- About this exercise
For the records that follow, please set down exactly the lines between the one holding "extrude(amount=-F1_DEPTH)" and the one holding "# F22 (on face) → F23 (cut)", inclusive, and only those.
++++++++++
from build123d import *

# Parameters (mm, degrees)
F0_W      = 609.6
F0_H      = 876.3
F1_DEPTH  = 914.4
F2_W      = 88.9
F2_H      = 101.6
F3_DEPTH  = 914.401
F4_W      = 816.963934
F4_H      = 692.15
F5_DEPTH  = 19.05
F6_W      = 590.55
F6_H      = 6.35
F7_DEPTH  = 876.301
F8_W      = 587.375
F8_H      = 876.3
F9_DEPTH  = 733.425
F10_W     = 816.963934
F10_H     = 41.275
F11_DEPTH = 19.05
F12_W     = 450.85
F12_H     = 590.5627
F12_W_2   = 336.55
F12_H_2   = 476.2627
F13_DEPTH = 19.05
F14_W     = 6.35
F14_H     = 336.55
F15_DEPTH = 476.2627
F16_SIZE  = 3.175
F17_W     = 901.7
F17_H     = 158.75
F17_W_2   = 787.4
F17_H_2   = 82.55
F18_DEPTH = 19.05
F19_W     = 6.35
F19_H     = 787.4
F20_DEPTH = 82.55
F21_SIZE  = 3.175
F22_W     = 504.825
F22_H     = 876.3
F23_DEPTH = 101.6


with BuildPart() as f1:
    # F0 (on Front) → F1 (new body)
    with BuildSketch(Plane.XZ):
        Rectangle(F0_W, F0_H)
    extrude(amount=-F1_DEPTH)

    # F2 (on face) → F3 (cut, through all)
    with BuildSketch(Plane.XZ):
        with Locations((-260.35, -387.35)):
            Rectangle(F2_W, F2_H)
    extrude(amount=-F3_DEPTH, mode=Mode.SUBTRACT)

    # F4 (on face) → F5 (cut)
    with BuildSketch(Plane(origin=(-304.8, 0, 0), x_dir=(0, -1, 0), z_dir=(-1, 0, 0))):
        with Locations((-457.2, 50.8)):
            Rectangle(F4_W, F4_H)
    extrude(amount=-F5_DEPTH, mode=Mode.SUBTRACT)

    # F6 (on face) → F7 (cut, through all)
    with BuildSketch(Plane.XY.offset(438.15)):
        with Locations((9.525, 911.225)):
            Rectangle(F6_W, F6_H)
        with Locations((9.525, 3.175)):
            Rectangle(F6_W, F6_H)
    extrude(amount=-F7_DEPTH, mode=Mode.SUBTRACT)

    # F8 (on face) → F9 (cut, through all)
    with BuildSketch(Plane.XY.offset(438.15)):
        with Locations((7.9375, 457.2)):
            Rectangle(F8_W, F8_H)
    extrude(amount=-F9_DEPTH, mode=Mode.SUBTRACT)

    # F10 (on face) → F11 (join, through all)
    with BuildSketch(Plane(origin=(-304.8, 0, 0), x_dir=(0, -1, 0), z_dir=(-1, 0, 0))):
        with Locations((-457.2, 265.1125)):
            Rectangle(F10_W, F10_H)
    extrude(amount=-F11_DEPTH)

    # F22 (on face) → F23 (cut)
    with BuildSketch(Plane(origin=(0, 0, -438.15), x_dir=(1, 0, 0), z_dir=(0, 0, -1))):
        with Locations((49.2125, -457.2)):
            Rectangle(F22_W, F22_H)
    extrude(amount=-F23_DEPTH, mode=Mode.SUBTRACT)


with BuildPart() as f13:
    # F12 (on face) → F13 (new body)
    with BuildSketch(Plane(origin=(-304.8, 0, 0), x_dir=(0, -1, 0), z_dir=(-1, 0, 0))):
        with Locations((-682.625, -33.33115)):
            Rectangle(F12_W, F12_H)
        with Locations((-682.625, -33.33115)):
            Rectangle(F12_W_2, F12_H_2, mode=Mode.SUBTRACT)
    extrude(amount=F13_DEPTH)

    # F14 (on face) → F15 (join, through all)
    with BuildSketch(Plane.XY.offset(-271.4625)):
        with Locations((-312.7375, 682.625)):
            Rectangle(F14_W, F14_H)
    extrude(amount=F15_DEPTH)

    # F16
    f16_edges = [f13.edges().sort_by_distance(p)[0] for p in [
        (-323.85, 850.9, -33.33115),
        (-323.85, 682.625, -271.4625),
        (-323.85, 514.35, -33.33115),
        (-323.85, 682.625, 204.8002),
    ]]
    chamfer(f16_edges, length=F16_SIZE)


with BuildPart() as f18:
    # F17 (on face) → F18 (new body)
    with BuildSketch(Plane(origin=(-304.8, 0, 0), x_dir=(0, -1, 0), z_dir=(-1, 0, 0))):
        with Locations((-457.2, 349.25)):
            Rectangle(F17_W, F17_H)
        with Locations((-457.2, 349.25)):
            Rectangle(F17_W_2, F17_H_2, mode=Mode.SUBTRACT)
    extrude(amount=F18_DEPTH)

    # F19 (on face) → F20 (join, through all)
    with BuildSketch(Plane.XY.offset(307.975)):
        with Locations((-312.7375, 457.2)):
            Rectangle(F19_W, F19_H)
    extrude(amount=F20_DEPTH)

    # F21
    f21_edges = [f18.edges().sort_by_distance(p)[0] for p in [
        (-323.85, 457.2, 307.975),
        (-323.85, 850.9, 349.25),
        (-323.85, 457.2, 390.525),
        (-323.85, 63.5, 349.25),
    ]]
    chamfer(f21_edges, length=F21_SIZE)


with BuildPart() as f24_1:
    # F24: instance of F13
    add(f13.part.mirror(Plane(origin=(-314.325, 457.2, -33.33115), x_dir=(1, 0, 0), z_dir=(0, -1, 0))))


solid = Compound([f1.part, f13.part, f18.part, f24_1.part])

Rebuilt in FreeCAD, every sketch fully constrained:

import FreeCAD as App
import Part
import Sketcher

V = App.Vector
Q = App.Units.Quantity


def edges_at(feature, points):
    """Names of the edges that pass closest to the given points."""
    edges = feature.Shape.Edges
    near = lambda p: min(range(len(edges)), key=lambda i: edges[i].distToShape(Part.Vertex(*p))[0])
    return sorted({f"Edge{near(p) + 1}" for p in points})


def add_polygon(sketch, points):
    """Adds a closed chain of lines whose ends are joined by coincident constraints."""
    first, n = sketch.GeometryCount, len(points)
    for a, b in zip(points, points[1:] + points[:1]):
        sketch.addGeometry(Part.LineSegment(App.Vector(*a, 0), App.Vector(*b, 0)), False)
    for i in range(n):
        sketch.addConstraint(Sketcher.Constraint("Coincident", first + i, 2, first + (i + 1) % n, 1))

doc = App.newDocument("Part")
body = doc.addObject("PartDesign::Body", "Body")

sketch1 = body.newObject("Sketcher::SketchObject", "Sketch")
sketch1.AttachmentSupport = (doc.getObject("XZ_Plane"), [""])
sketch1.MapMode = "FlatFace"
add_polygon(sketch1, [(-304.8, 438.15), (-304.8, -438.15), (304.8, -438.15), (304.8, 438.15)])
sketch1.addConstraint([
    Sketcher.Constraint("Vertical", 0),
    Sketcher.Constraint("Horizontal", 1),
    Sketcher.Constraint("Vertical", 2),
    Sketcher.Constraint("Horizontal", 3),
    Sketcher.Constraint("Symmetric", 0, 2, 2, 2, -1, 1),
    Sketcher.Constraint("DistanceX", 1, 1, 1, 2, Q("24 in")),
    Sketcher.Constraint("DistanceY", 0, 2, 0, 1, Q("34.5 in")),
])
pad1 = body.newObject("PartDesign::Pad", "Pad")
pad1.Profile = sketch1
pad1.Length = Q("36 in")
pad1.Reversed = True

sketch2 = body.newObject("Sketcher::SketchObject", "Sketch001")
sketch2.AttachmentSupport = (doc.getObject("XZ_Plane"), [""])
sketch2.MapMode = "FlatFace"
add_polygon(sketch2, [(-304.8, -336.55), (-304.8, -438.15), (-215.9, -438.15), (-215.9, -336.55)])
sketch2.addConstraint([
    Sketcher.Constraint("Vertical", 0),
    Sketcher.Constraint("Horizontal", 1),
    Sketcher.Constraint("Vertical", 2),
    Sketcher.Constraint("Horizontal", 3),
    Sketcher.Constraint("DistanceY", 0, 2, 0, 1, Q("4 in")),
    Sketcher.Constraint("DistanceX", 1, 1, 1, 2, Q("3.5 in")),
    Sketcher.Constraint("DistanceX", 0, 2, -1, 1, Q("12 in")),
    Sketcher.Constraint("DistanceY", 0, 2, -1, 1, Q("17.25 in")),
])
pocket1 = body.newObject("PartDesign::Pocket", "Pocket")
pocket1.Profile = sketch2
pocket1.Type = "ThroughAll"

sketch3 = body.newObject("Sketcher::SketchObject", "Sketch002")
sketch3.AttachmentSupport = (doc.getObject("YZ_Plane"), [""])
sketch3.MapMode = "FlatFace"
sketch3.AttachmentOffset = App.Placement(V(0, 0, -12 * 25.4), App.Rotation())
add_polygon(sketch3, [(865.681967, 396.875), (865.681967, -295.275), (48.718033, -295.275), (48.718033, 396.875)])
sketch3.addConstraint([
    Sketcher.Constraint("Vertical", 0),
    Sketcher.Constraint("Horizontal", 1),
    Sketcher.Constraint("Vertical", 2),
    Sketcher.Constraint("Horizontal", 3),
    Sketcher.Constraint("DistanceY", 0, 2, 0, 1, Q("27.25 in")),
    Sketcher.Constraint("DistanceY", 0, 2, -1, 1, Q("11.625 in")),
    Sketcher.Constraint("DistanceX", 1, 2, 1, 1, 816.963934),
    Sketcher.Constraint("DistanceX", -1, 1, 0, 2, 865.681967),
])
pocket2 = body.newObject("PartDesign::Pocket", "Pocket001")
pocket2.Profile = sketch3
pocket2.Length = Q("0.75 in")
pocket2.Reversed = True

sketch4 = body.newObject("Sketcher::SketchObject", "Sketch003")
sketch4.AttachmentSupport = (doc.getObject("XY_Plane"), [""])
sketch4.MapMode = "FlatFace"
sketch4.AttachmentOffset = App.Placement(V(0, 0, 17.25 * 25.4), App.Rotation())
add_polygon(sketch4, [(-285.75, 914.4), (-285.75, 908.05), (304.8, 908.05), (304.8, 914.4)])
add_polygon(sketch4, [(-285.75, 6.35), (-285.75, 0), (304.8, 0), (304.8, 6.35)])
sketch4.addConstraint([
    Sketcher.Constraint("Vertical", 0),
    Sketcher.Constraint("Horizontal", 1),
    Sketcher.Constraint("Vertical", 2),
    Sketcher.Constraint("Horizontal", 3),
    Sketcher.Constraint("Vertical", 4),
    Sketcher.Constraint("Horizontal", 5),
    Sketcher.Constraint("Vertical", 6),
    Sketcher.Constraint("Horizontal", 7),
    Sketcher.Constraint("PointOnObject", 4, 2, -1),
    Sketcher.Constraint("Vertical", 3, 2, 4, 2),
    Sketcher.Constraint("Vertical", 2, 2, 5, 2),
    Sketcher.Constraint("Equal", 2, 4),
    Sketcher.Constraint("DistanceX", -1, 1, 1, 2, Q("12 in")),
    Sketcher.Constraint("DistanceY", -1, 1, 2, 2, Q("36 in")),
    Sketcher.Constraint("DistanceX", 1, 1, 1, 2, Q("23.25 in")),
    Sketcher.Constraint("DistanceY", 0, 2, 0, 1, Q("0.25 in")),
])
pocket3 = body.newObject("PartDesign::Pocket", "Pocket002")
pocket3.Profile = sketch4
pocket3.Type = "ThroughAll"

sketch5 = body.newObject("Sketcher::SketchObject", "Sketch004")
sketch5.AttachmentSupport = (doc.getObject("XY_Plane"), [""])
sketch5.MapMode = "FlatFace"
sketch5.AttachmentOffset = App.Placement(V(0, 0, 17.25 * 25.4), App.Rotation())
add_polygon(sketch5, [(-285.75, 895.35), (-285.75, 19.05), (301.625, 19.05), (301.625, 895.35)])
sketch5.addConstraint([
    Sketcher.Constraint("Vertical", 0),
    Sketcher.Constraint("Horizontal", 1),
    Sketcher.Constraint("Vertical", 2),
    Sketcher.Constraint("Horizontal", 3),
    Sketcher.Constraint("DistanceY", 0, 2, 0, 1, Q("34.5 in")),
    Sketcher.Constraint("DistanceX", 1, 1, 1, 2, Q("23.125 in")),
    Sketcher.Constraint("DistanceX", 0, 2, -1, 1, Q("11.25 in")),
    Sketcher.Constraint("DistanceY", -1, 1, 0, 2, Q("0.75 in")),
])
pocket4 = body.newObject("PartDesign::Pocket", "Pocket003")
pocket4.Profile = sketch5
pocket4.Length = Q("28.875 in")

sketch6 = body.newObject("Sketcher::SketchObject", "Sketch005")
sketch6.AttachmentSupport = (doc.getObject("YZ_Plane"), [""])
sketch6.MapMode = "FlatFace"
sketch6.AttachmentOffset = App.Placement(V(0, 0, -12 * 25.4), App.Rotation())
add_polygon(sketch6, [(865.681967, 285.75), (865.681967, 244.475), (48.718033, 244.475), (48.718033, 285.75)])
sketch6.addConstraint([
    Sketcher.Constraint("Vertical", 0),
    Sketcher.Constraint("Horizontal", 1),
    Sketcher.Constraint("Vertical", 2),
    Sketcher.Constraint("Horizontal", 3),
    Sketcher.Constraint("DistanceY", 0, 2, 0, 1, Q("1.625 in")),
    Sketcher.Constraint("DistanceY", -1, 1, 2, 2, Q("11.25 in")),
    Sketcher.Constraint("DistanceX", 1, 2, 1, 1, 816.963934),
    Sketcher.Constraint("DistanceX", -1, 1, 0, 2, 865.681967),
])
pad2 = body.newObject("PartDesign::Pad", "Pad001")
pad2.Profile = sketch6
pad2.Length = Q("0.75 in")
++++++++++
- Response to the exercise
    extrude(amount=-F1_DEPTH)

    # F2 (on face) → F3 (cut, through all)
    with BuildSketch(Plane.XZ):
        with Locations((-260.35, -387.35)):
            Rectangle(F2_W, F2_H)
    extrude(amount=-F3_DEPTH, mode=Mode.SUBTRACT)

    # F4 (on face) → F5 (cut)
    with BuildSketch(Plane(origin=(-304.8, 0, 0), x_dir=(0, -1, 0), z_dir=(-1, 0, 0))):
        with Locations((-457.2, 50.8)):
            Rectangle(F4_W, F4_H)
    extrude(amount=-F5_DEPTH, mode=Mode.SUBTRACT)

    # F6 (on face) → F7 (cut, through all)
    with BuildSketch(Plane.XY.offset(438.15)):
        with Locations((9.525, 911.225)):
            Rectangle(F6_W, F6_H)
        with Locations((9.525, 3.175)):
            Rectangle(F6_W, F6_H)
    extrude(amount=-F7_DEPTH, mode=Mode.SUBTRACT)

    # F8 (on face) → F9 (cut, through all)
    with BuildSketch(Plane.XY.offset(438.15)):
        with Locations((7.9375, 457.2)):
            Rectangle(F8_W, F8_H)
    extrude(amount=-F9_DEPTH, mode=Mode.SUBTRACT)

    # F10 (on face) → F11 (join, through all)
    with BuildSketch(Plane(origin=(-304.8, 0, 0), x_dir=(0, -1, 0), z_dir=(-1, 0, 0))):
        with Locations((-457.2, 265.1125)):
            Rectangle(F10_W, F10_H)
    extrude(amount=-F11_DEPTH)

    # F22 (on face) → F23 (cut)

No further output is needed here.